── Data for processing

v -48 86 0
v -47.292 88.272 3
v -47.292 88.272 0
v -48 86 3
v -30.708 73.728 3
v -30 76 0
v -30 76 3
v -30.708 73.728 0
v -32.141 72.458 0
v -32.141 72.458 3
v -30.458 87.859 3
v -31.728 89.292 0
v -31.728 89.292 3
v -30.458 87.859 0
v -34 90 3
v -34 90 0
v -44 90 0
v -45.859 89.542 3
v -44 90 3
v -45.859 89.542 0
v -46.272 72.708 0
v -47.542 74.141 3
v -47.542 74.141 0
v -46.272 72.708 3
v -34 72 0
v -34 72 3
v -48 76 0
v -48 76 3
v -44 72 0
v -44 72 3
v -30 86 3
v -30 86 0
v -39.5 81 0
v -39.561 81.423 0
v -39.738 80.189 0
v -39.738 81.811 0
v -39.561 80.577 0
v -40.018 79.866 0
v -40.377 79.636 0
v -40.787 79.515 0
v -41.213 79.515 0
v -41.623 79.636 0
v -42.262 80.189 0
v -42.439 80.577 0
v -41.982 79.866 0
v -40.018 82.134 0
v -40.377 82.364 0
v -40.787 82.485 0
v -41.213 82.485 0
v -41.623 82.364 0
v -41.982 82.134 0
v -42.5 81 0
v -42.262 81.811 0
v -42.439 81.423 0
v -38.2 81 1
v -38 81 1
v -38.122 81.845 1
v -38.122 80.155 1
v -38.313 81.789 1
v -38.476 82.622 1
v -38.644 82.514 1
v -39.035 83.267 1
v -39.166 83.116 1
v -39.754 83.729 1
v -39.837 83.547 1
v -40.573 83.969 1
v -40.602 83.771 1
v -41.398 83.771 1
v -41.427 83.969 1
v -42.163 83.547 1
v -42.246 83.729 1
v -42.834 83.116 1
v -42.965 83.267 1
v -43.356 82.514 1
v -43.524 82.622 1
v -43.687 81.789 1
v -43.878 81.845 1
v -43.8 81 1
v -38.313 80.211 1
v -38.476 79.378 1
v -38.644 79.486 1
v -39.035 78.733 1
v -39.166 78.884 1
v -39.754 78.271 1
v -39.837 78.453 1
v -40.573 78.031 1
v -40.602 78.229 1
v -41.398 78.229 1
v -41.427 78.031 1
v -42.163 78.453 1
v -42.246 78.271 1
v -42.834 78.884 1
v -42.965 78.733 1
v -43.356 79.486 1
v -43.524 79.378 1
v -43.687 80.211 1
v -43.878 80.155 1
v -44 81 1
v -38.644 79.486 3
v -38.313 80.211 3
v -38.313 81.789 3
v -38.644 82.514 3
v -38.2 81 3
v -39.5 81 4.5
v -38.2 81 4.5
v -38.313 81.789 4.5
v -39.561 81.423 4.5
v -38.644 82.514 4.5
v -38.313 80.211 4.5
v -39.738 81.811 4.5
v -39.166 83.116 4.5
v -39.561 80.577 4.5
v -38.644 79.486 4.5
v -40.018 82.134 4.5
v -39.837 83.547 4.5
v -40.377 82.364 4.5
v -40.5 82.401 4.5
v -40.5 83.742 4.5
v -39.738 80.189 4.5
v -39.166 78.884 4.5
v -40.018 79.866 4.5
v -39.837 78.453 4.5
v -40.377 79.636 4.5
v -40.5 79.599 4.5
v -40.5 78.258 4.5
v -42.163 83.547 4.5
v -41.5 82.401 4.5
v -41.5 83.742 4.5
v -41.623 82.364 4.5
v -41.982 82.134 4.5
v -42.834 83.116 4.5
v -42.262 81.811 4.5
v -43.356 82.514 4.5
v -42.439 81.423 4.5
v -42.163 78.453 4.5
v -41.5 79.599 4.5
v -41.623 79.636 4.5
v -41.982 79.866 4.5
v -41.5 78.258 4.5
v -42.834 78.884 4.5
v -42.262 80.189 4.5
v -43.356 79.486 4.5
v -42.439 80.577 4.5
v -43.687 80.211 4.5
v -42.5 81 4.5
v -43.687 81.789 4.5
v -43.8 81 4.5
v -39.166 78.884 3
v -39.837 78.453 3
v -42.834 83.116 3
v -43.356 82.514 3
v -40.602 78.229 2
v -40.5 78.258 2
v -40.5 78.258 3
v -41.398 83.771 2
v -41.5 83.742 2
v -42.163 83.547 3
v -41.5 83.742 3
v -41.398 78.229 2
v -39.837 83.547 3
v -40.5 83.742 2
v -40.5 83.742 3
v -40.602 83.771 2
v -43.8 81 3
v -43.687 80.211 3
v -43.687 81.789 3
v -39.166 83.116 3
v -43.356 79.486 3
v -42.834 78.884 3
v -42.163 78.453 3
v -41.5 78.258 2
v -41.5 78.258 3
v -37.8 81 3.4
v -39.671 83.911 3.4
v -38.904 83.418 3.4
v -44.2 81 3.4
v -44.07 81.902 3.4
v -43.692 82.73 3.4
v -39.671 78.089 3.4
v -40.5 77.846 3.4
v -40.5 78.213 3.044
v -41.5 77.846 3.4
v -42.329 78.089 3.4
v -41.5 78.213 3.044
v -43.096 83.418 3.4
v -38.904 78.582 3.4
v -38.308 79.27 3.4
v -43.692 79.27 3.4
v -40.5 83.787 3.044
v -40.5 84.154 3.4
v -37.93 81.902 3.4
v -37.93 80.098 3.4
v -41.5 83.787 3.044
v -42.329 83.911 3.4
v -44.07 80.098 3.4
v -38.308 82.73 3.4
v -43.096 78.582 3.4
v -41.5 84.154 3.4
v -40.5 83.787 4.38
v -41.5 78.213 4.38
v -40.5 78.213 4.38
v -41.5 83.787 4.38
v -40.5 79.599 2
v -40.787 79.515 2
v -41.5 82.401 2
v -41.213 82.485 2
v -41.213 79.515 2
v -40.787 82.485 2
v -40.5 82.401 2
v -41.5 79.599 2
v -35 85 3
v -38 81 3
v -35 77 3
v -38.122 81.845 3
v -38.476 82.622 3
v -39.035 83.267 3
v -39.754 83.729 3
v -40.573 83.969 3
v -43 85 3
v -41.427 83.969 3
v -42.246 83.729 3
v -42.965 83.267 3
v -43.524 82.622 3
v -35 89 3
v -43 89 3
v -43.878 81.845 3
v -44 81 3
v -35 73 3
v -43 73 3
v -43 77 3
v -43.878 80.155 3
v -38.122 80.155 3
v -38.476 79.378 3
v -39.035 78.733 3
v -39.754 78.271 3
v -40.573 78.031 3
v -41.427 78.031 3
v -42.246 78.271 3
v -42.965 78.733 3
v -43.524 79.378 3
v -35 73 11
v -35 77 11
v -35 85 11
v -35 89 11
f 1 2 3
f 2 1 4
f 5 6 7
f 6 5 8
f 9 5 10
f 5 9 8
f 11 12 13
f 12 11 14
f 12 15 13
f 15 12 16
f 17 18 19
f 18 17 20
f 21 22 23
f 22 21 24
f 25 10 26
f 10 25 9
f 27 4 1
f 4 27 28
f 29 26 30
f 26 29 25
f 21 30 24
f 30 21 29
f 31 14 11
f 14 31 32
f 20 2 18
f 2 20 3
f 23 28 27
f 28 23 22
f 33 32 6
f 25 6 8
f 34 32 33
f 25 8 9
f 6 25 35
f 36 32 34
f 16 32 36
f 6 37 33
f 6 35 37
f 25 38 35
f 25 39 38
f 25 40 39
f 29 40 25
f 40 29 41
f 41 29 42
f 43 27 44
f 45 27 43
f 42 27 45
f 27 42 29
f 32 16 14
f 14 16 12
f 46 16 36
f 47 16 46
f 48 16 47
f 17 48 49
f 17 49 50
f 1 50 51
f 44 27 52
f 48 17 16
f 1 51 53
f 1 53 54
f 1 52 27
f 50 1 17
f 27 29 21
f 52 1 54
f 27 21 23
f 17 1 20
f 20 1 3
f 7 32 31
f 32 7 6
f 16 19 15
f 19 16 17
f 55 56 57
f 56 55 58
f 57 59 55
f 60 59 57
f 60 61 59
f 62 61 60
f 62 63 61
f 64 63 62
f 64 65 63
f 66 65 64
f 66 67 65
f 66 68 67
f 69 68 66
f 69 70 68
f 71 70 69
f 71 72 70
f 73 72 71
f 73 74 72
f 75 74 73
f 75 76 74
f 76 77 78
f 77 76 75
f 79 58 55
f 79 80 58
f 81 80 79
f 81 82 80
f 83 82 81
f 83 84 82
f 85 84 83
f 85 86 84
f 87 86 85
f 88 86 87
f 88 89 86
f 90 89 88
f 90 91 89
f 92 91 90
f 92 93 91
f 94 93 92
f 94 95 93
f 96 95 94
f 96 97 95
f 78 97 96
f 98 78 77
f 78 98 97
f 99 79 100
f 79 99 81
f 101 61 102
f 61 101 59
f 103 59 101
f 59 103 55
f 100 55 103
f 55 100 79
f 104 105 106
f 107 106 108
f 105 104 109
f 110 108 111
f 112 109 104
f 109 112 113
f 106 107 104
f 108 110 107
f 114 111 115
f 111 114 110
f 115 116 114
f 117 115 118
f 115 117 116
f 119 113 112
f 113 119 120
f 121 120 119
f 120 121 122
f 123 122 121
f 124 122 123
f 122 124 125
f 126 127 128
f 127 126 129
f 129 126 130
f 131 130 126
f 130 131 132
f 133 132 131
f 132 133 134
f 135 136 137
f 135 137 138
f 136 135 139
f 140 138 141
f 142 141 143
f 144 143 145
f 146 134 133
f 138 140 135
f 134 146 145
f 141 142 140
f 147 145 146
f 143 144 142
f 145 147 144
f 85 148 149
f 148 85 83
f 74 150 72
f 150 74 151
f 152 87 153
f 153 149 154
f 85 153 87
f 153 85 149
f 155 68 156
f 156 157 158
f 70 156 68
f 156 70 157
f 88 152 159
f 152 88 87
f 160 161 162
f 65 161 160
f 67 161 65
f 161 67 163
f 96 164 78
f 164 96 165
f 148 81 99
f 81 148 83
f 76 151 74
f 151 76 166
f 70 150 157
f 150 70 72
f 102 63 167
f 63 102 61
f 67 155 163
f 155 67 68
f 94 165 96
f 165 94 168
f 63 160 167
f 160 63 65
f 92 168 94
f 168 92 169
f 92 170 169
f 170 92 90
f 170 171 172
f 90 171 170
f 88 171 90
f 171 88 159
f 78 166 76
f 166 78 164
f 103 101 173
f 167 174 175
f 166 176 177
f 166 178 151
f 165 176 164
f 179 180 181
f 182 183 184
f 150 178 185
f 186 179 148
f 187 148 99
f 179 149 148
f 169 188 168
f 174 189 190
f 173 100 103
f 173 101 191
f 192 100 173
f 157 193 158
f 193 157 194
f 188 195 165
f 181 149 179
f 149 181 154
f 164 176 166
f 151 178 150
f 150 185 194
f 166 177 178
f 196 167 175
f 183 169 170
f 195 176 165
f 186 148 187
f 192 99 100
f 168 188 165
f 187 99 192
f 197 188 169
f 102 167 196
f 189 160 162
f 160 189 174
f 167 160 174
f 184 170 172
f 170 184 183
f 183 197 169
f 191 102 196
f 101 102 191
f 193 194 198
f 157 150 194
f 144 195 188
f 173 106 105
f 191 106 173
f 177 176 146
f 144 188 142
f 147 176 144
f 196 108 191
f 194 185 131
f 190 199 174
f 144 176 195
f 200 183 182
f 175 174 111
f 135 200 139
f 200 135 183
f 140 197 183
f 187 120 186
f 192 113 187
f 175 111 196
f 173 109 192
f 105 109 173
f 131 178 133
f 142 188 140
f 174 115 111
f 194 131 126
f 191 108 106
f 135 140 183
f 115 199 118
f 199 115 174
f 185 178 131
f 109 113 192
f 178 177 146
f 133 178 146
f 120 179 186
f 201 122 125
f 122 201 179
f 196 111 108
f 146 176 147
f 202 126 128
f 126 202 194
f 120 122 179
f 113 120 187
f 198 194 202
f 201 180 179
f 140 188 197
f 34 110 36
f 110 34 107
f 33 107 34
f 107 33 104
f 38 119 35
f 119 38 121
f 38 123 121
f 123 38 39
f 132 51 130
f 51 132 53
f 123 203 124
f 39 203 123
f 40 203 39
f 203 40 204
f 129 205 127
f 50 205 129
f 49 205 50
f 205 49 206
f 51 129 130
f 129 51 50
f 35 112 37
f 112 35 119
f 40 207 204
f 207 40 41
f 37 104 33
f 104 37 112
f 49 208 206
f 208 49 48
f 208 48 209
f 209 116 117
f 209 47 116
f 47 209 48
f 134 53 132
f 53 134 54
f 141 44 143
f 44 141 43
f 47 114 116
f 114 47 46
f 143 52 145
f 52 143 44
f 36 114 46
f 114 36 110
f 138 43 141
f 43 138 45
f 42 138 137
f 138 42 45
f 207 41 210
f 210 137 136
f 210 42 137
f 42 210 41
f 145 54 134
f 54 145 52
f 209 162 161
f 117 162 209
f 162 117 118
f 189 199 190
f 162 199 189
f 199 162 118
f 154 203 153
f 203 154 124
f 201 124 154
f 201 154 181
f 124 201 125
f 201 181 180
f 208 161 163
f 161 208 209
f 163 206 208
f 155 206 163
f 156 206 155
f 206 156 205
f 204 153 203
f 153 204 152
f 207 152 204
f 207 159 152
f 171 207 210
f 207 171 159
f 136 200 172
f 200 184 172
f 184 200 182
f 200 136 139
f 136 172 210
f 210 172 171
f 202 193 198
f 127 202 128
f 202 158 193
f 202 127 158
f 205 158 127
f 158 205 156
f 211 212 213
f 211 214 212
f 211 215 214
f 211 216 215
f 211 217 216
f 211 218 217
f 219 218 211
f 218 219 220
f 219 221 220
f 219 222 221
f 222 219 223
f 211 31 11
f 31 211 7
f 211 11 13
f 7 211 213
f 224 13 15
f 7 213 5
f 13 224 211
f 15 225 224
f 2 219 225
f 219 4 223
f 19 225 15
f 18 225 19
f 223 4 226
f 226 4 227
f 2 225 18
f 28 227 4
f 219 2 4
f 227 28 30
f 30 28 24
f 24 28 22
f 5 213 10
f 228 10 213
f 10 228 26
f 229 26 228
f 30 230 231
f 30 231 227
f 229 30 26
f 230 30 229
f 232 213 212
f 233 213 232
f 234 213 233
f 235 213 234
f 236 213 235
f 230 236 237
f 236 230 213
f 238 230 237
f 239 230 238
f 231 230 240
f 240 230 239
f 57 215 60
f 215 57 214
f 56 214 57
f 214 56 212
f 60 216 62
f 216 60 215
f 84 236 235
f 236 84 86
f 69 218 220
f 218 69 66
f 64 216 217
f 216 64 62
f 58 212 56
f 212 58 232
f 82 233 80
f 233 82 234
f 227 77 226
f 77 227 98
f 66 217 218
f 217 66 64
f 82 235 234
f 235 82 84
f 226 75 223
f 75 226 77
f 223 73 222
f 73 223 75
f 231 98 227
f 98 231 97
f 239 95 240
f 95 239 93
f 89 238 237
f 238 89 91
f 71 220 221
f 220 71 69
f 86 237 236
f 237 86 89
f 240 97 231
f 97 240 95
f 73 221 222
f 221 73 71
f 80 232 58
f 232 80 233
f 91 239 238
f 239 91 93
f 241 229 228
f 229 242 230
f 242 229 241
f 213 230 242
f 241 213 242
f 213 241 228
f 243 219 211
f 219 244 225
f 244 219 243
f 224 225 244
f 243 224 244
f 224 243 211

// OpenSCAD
// file: Mbox2a.scad
// Mbox2a.scad
// This is the box base


//----------------------------------------------
module post1(){
        difference(){
        union(){
            // foot
            linear_extrude(height=1)
            offset(r=4)
            square([10,10]);    
            
            // outer cylinder
            translate([3,5,0])
            cylinder(r=2.8,h=4.5,$fn=22);

            // flanges
            translate([3,5,3])
            cylinder(r1=2.8,r2=3.2,h=0.4,$fn=22);
            translate([3,5,3.4])
            cylinder(r1=3.2,r2=2.8,h=1.1,$fn=22);
        }
        // cut hole thru center
        translate([3,5,-1])
        cylinder(r=1.5,h=7,$fn=22);
        // cut slots to allow insertion
        translate([3,5,5])
        cube([1,12,6],center=true);
    }
}   // end of module post1

//----------------------------------------------
module post2(){
        difference(){
        union(){
            // foot
            linear_extrude(height=1)
            offset(r=4)
            square([10,10]);    
            
            // outer cylinder
            translate([6,5,0])
            cylinder(r=2.8,h=4.5,$fn=22);

            // flanges
            translate([6,5,3])
            cylinder(r1=2.8,r2=3.2,h=0.4,$fn=22);
            translate([6,5,3.4])
            cylinder(r1=3.2,r2=2.8,h=1.1,$fn=22);
        }
        // cut hole thru center
        translate([6,5,-1])
        cylinder(r=1.5,h=7,$fn=22);
        // cut slots to allow insertion
        translate([6,5,5])
        cube([1,12,6],center=true);
    }
}   // end of module post1
//===============================================

// translate baseplate and rim 
translate([-33,-35,0]){

/*
// baseplate
linear_extrude(height=1)
offset(r=2)
square([90,125]);
*/
// baseplate with holes cut
difference(){
    linear_extrude(height=1)
    offset(r=2)
    square([90,125]);

    for(i=[0:2]){
        translate([40+i*20,40,-1])
        rotate([0,0,30])
        cylinder(r=10,h=10,$fn=6);
    }
    for(i=[0:1]){
        translate([50+i*20,40+18*1,-1])
        rotate([0,0,30])
        cylinder(r=10,h=10,$fn=6);
    }
    for(i=[0:2]){
        translate([40+i*20,40+18*2,-1])
        rotate([0,0,30])
        cylinder(r=10,h=10,$fn=6);
    }
    for(i=[-2:1]){
        translate([50+i*20,40+18*3,-1])
        rotate([0,0,30])
        cylinder(r=10,h=10,$fn=6);
    }
    for(i=[-1,1]){
        translate([40+i*20,40+18*4,-1])
        rotate([0,0,30])
        cylinder(r=10,h=10,$fn=6);
    }
}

────

Task goal → Nothing beyond the line containing "v -38.476 82.622 1" is to be output; the lines above, from the first one onward to that line, are to be transcribed exactly.

Written solution →
v -48 86 0
v -47.292 88.272 3
v -47.292 88.272 0
v -48 86 3
v -30.708 73.728 3
v -30 76 0
v -30 76 3
v -30.708 73.728 0
v -32.141 72.458 0
v -32.141 72.458 3
v -30.458 87.859 3
v -31.728 89.292 0
v -31.728 89.292 3
v -30.458 87.859 0
v -34 90 3
v -34 90 0
v -44 90 0
v -45.859 89.542 3
v -44 90 3
v -45.859 89.542 0
v -46.272 72.708 0
v -47.542 74.141 3
v -47.542 74.141 0
v -46.272 72.708 3
v -34 72 0
v -34 72 3
v -48 76 0
v -48 76 3
v -44 72 0
v -44 72 3
v -30 86 3
v -30 86 0
v -39.5 81 0
v -39.561 81.423 0
v -39.738 80.189 0
v -39.738 81.811 0
v -39.561 80.577 0
v -40.018 79.866 0
v -40.377 79.636 0
v -40.787 79.515 0
v -41.213 79.515 0
v -41.623 79.636 0
v -42.262 80.189 0
v -42.439 80.577 0
v -41.982 79.866 0
v -40.018 82.134 0
v -40.377 82.364 0
v -40.787 82.485 0
v -41.213 82.485 0
v -41.623 82.364 0
v -41.982 82.134 0
v -42.5 81 0
v -42.262 81.811 0
v -42.439 81.423 0
v -38.2 81 1
v -38 81 1
v -38.122 81.845 1
v -38.122 80.155 1
v -38.313 81.789 1
v -38.476 82.622 1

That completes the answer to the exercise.